Après notre article sur Hunger de Steve McQueen et en ce début de période hivernale, il nous a paru évident de parler de la neige au cinéma, symbole de la couleur blanche. Découverte de Fargo des Frères Coen.
La neige au cinéma, c’est le jeune Charles Foster Kane qui glisse sur sa fameuse « Rosebud », luge innocente qui ne sauvera pas son enfance des griffes de l’argent dans Citizen Kane d’Orson Welles. La neige, c’est des comédies romantiques où tombant sur deux naïfs qui ne se savent pas encore amoureux, elle soupoudre le coup de foudre comme dans The Holiday de Nancy Meyers. La neige, c’est des classiques de la comédie française et leurs gags mythiques comme Les Bronzés font du ski de Patrice Leconte. La neige, c’est des films de grandes peurs comme The Thing de John Carpenter. La neige c’est aussi un paysage froid et majestueux qui, témoin des événements, reste immobile et reprend toujours ses droits comme à la fin de The Shining de Stanley Kubrick. Enfin la neige, c’est des souvenirs, un imaginaire, un appel à un monde aussi enfantin qu’originel. La neige recouvre tout dans le silence froid de sa chute. Elle endort, enveloppe, immortalise, et pétrifie autant qu’elle révèle quand le soleil reprend ses droits. Dans cet article, nous nous intéresserons à la neige à travers un film témoin, Fargo des Frères Coen.
Fargo c’est l’histoire d’une shériff jouée par Frances McDormand, qui enceinte jusqu’aux dents enquête sur des homicides survenus dans une petite ville du Minnesota à Brainerd. Ces meurtres la mènent tout droit sur la piste du directeur commercial d’une concession automobile, qui face à des difficultés financières, à décider de faire kidnapper sa propre femme par un couple de voyous pour que le beau-père fortuné lui verse une rançon. Ce sixième film des Frères Coen a fait l’ouverture du Festival de Cannes en 1996 et se passe entièrement dans, sous et sur la neige d’un Minnesota du fond des âges. La petite ville est perdue au milieu de paysages où la neige recouvre et enferme tout, surtout les habitants qui évoluent à l’abri du temps et du monde dans cette contrée quasi mythique. En parlant de mythe, l’histoire de Fargo fonctionne comme un conte incarnant le mythe qui toujours a été, sera et se reproduira. Si la neige peut, dans certains cas, renvoyer à une idée de liberté, d’enfance, de bataille de boules de neige et de guerre des boutons, celle de Fargo est un enfermement social, culturel et géographique. La neige annule toute possibilité de profondeur de champ. Elle écrase, enferme les personnages et annule les possibles. On ne voit ni où commence ni où se termine l’horizon. Brainerd est une ville-monde dans laquelle l’entrée ne signifie pas la sortie. C’est un territoire de néant où rien n’existe au-delà, ce que montrent les innombrables routes goudronnées du film qui se perdent dans la blancheur spectrale de l’horizon où ciel et terre se confondent.

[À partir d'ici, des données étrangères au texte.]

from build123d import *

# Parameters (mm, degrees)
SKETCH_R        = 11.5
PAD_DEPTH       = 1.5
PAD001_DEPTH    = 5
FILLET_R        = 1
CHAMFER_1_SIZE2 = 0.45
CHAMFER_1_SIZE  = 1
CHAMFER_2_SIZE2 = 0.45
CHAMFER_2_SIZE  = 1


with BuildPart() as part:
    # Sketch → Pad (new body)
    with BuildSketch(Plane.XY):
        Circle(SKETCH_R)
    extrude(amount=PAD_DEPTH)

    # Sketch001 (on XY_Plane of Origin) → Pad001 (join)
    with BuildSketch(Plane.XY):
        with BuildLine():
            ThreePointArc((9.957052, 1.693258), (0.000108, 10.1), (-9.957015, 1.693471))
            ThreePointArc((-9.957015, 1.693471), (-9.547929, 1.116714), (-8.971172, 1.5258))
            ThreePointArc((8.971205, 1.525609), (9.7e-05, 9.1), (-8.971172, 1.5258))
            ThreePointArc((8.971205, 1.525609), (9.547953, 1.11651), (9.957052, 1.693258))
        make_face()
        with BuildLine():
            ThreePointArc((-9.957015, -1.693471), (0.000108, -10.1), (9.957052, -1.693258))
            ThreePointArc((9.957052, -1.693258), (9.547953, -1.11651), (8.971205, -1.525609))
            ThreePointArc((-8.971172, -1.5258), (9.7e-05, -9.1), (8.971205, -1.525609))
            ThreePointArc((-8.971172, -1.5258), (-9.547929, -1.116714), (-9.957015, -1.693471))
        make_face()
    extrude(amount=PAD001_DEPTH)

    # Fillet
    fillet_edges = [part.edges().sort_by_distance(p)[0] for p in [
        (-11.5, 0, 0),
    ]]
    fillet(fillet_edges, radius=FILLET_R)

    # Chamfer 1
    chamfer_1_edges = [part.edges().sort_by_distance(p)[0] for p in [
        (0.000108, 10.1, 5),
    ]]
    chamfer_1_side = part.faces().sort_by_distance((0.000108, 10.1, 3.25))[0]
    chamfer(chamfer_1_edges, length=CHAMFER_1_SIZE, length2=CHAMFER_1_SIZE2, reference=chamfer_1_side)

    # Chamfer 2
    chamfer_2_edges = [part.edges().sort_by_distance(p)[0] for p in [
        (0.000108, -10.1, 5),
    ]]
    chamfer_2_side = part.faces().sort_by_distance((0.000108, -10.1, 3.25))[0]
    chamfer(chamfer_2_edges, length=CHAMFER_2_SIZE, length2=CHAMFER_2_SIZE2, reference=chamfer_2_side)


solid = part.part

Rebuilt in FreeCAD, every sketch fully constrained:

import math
import FreeCAD as App
import Part
import Sketcher
from FreeCAD import Vector
Q = App.Units.Quantity


def edges_at(feature, points):
    """Names of the edges that pass closest to the given points."""
    edges = feature.Shape.Edges
    near = lambda p: min(range(len(edges)), key=lambda i: edges[i].distToShape(Part.Vertex(*p))[0])
    return sorted({f"Edge{near(p) + 1}" for p in points})

doc = App.newDocument("Part")
body = doc.addObject("PartDesign::Body", "Body")

sketch1 = body.newObject("Sketcher::SketchObject", "Sketch")
sketch1.AttachmentSupport = (doc.getObject("XY_Plane"), [""])
sketch1.MapMode = "FlatFace"
sketch1.addGeometry(Part.Circle(Vector(0, 0, 0), Vector(0, 0, 1), 12), False)
sketch1.addConstraint([
    Sketcher.Constraint("Coincident", 0, 3, -1, 1),
    Sketcher.Constraint("Diameter", 0, Q("23 mm")),
])
pad1 = body.newObject("PartDesign::Pad", "Pad")
pad1.Profile = sketch1
pad1.Length = 1.5

sketch2 = body.newObject("Sketcher::SketchObject", "Sketch001")
sketch2.AttachmentSupport = (doc.getObject("XY_Plane"), [""])
sketch2.MapMode = "FlatFace"
sketch2.addGeometry([
    Part.ArcOfCircle(Part.Circle(Vector(0, 0, 0), Vector(0, 0, 1), 10.1), math.radians(10), math.radians(170)),
    Part.ArcOfCircle(Part.Circle(Vector(-9.46, 1.61, 0), Vector(0, 0, 1), 0.5), math.radians(170), math.radians(350)),
    Part.ArcOfCircle(Part.Circle(Vector(0, 0, 0), Vector(0, 0, 1), 9.1), math.radians(10), math.radians(170)),
    Part.ArcOfCircle(Part.Circle(Vector(9.46, 1.61, 0), Vector(0, 0, 1), 0.5), math.radians(-170), math.radians(10)),
    Part.ArcOfCircle(Part.Circle(Vector(0, 0, 0), Vector(0, 0, 1), 10.1), math.radians(-170), math.radians(-10)),
    Part.ArcOfCircle(Part.Circle(Vector(9.46, -1.61, 0), Vector(0, 0, 1), 0.5), math.radians(-10), math.radians(170)),
    Part.ArcOfCircle(Part.Circle(Vector(0, 0, 0), Vector(0, 0, 1), 9.1), math.radians(-170), math.radians(-10)),
    Part.ArcOfCircle(Part.Circle(Vector(-9.46, -1.61, 0), Vector(0, 0, 1), 0.5), math.radians(10), math.radians(190)),
], False)
sketch2.addConstraint([
    Sketcher.Constraint("Tangent", 0, 2, 1, 1),
    Sketcher.Constraint("Tangent", 1, 2, 2, 2),
    Sketcher.Constraint("Tangent", 2, 1, 3, 1),
    Sketcher.Constraint("Tangent", 3, 2, 0, 1),
    Sketcher.Constraint("Tangent", 4, 2, 5, 1),
    Sketcher.Constraint("Tangent", 5, 2, 6, 2),
    Sketcher.Constraint("Tangent", 6, 1, 7, 1),
    Sketcher.Constraint("Tangent", 7, 2, 4, 1),
    Sketcher.Constraint("Coincident", 0, 3, -1, 1),
    Sketcher.Constraint("Coincident", 2, 3, -1, 1),
    Sketcher.Constraint("Coincident", 4, 3, -1, 1),
    Sketcher.Constraint("Coincident", 6, 3, -1, 1),
    Sketcher.Constraint("Equal", 0, 4),
    Sketcher.Constraint("Equal", 3, 5),
    Sketcher.Constraint("Vertical", 3, 3, 5, 3),
    Sketcher.Constraint("Vertical", 1, 3, 7, 3),
    Sketcher.Constraint("Radius", 0, Q("10.1 mm")),
    Sketcher.Constraint("Radius", 1, Q("0.5 mm")),
    Sketcher.Constraint("DistanceY", -1, 1, 1, 2, Q("1.5258 mm")),
    Sketcher.Constraint("DistanceX", -1, 1, 3, 3, Q("9.464128 mm")),
])
pad2 = body.newObject("PartDesign::Pad", "Pad001")
pad2.Profile = sketch2
pad2.Length = 5
doc.recompute()

fillet = body.newObject("PartDesign::Fillet", "Fillet")
fillet.Base = (pad2, edges_at(pad2, [(-11.5, 0, 0)]))
fillet.Radius = 1
doc.recompute()

chamfer = body.newObject("PartDesign::Chamfer", "Chamfer")
chamfer.Base = (fillet, edges_at(fillet, [(0, 10.1, 5)]))
chamfer.ChamferType = "Two distances"
chamfer.Size = 1
chamfer.Size2 = 0.45
doc.recompute()

chamfer2 = body.newObject("PartDesign::Chamfer", "Chamfer001")
chamfer2.Base = (chamfer, edges_at(chamfer, [(0, -10.1, 5)]))
chamfer2.ChamferType = "Two distances"
chamfer2.Size = 1
chamfer2.Size2 = 0.45

doc.recompute()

Le blanc dans Fargo a un rôle de révélateur de la violence et de sa banalisation. Le blanc y est sans cesse tâché, souillé, perverti. Et pas seulement par les pas maladroits du grand nordique péroxydé et analgésique, Gaer Grimsrud (Peter Stromare) et de son compagnon joué par Steve Buscemi engagé par le mari fauché mais surtout, par tout le sang qu’ils font couler sur leur passage. D’abord, la découverte par la shériff, des meurtres d’un policier et d’un couple d’automobilistes, tués par le duo de faux kidnappeurs. La tâche rouge du manteau de la victime contraste avec la neige sur laquelle il gît, et la sheriff boit son café du matin en partageant quelques banalités de la vie de tous les jours avec son coéquipier à deux pas des corps inanimés. Si elle a des nausées ce n’est pas que la vue des cadavres la dérange mais c’est seulement le café et sa grossesse. La scène la plus marquante cependant est sûrement celle où Gear déchiquète le corps de son compagnon dans une broyeuse à bois afin de garder l’argent pour lui. La neige tout autour se recouvre du sang projeté par la machine alors que le géant blond appuie sur le pied en chaussette encore accroché à la jambe qu’il cherche à éliminer. Et rien ne semble choquer les personnages, témoins de cette violence ultime. Le meurtrier manie les bouts de corps comme s’ils étaient des bûches de bois et la sheriff observe la scène avec surprise mais sans aucun dégout, lui faisant même la morale dans la voiture le conduisant au poste comme un enfant qui aurait fait une bêtise. Blanc sur rouge, rien ne bouge.
La neige sert dans le film à la construction des valeurs. Les extérieurs paraissent lumineux, englobants, une lumière blanche envahissante et très saturée qui dans le film est aveuglante, donnant du contraste aux situations intérieures souvent humiliantes d’ailleurs pour William Macy qui est présenté comme la figure défaillante de toute cette blancheur environnante. Le blanc de Fargo est un blanc social qui souligne le concept de blanchité aux Etats-Unis et qui se moque de la middle-class américaine. Ce Minnesota perdu, abritant une société déchue est un lieu de l’héritage blanc et de sa défaillance. Tous les personnages du film sont blancs à tous les niveaux, leur prénoms, leur accents mais aussi leurs caractéristiques physiques comme l’incarne bien le tueur, blond jusqu’aux bout des cheveux. « La blanchité est la majorité invisible qui se dérobe et échappe à tous les discours » nous dit Maxime Cervulle dans Politique de l’image : les cultural studies et la question de la représentation, réflexion sur la « blanchité ». Limitée dans l’espace et figée dans le temps, l’histoire de ce petit village du Minnesota nous est présentée comme un laboratoire du genre humain et de la middle-class blanche américaine. Laboratoire au travers duquel les réalisateurs se moquent des codes et filment ironiquement les valeurs et principes de la société qui, se croyant « préservée », se retrouve plutôt emprisonnée, connaissant elle aussi le vice et l’infamie. Une humanité où « rien n’est nouveau sous le soleil », et où tout fini finalement comme ça a commencé : le film s’ouvrant sur un écran blanc et se finissant sur le même écran blanc.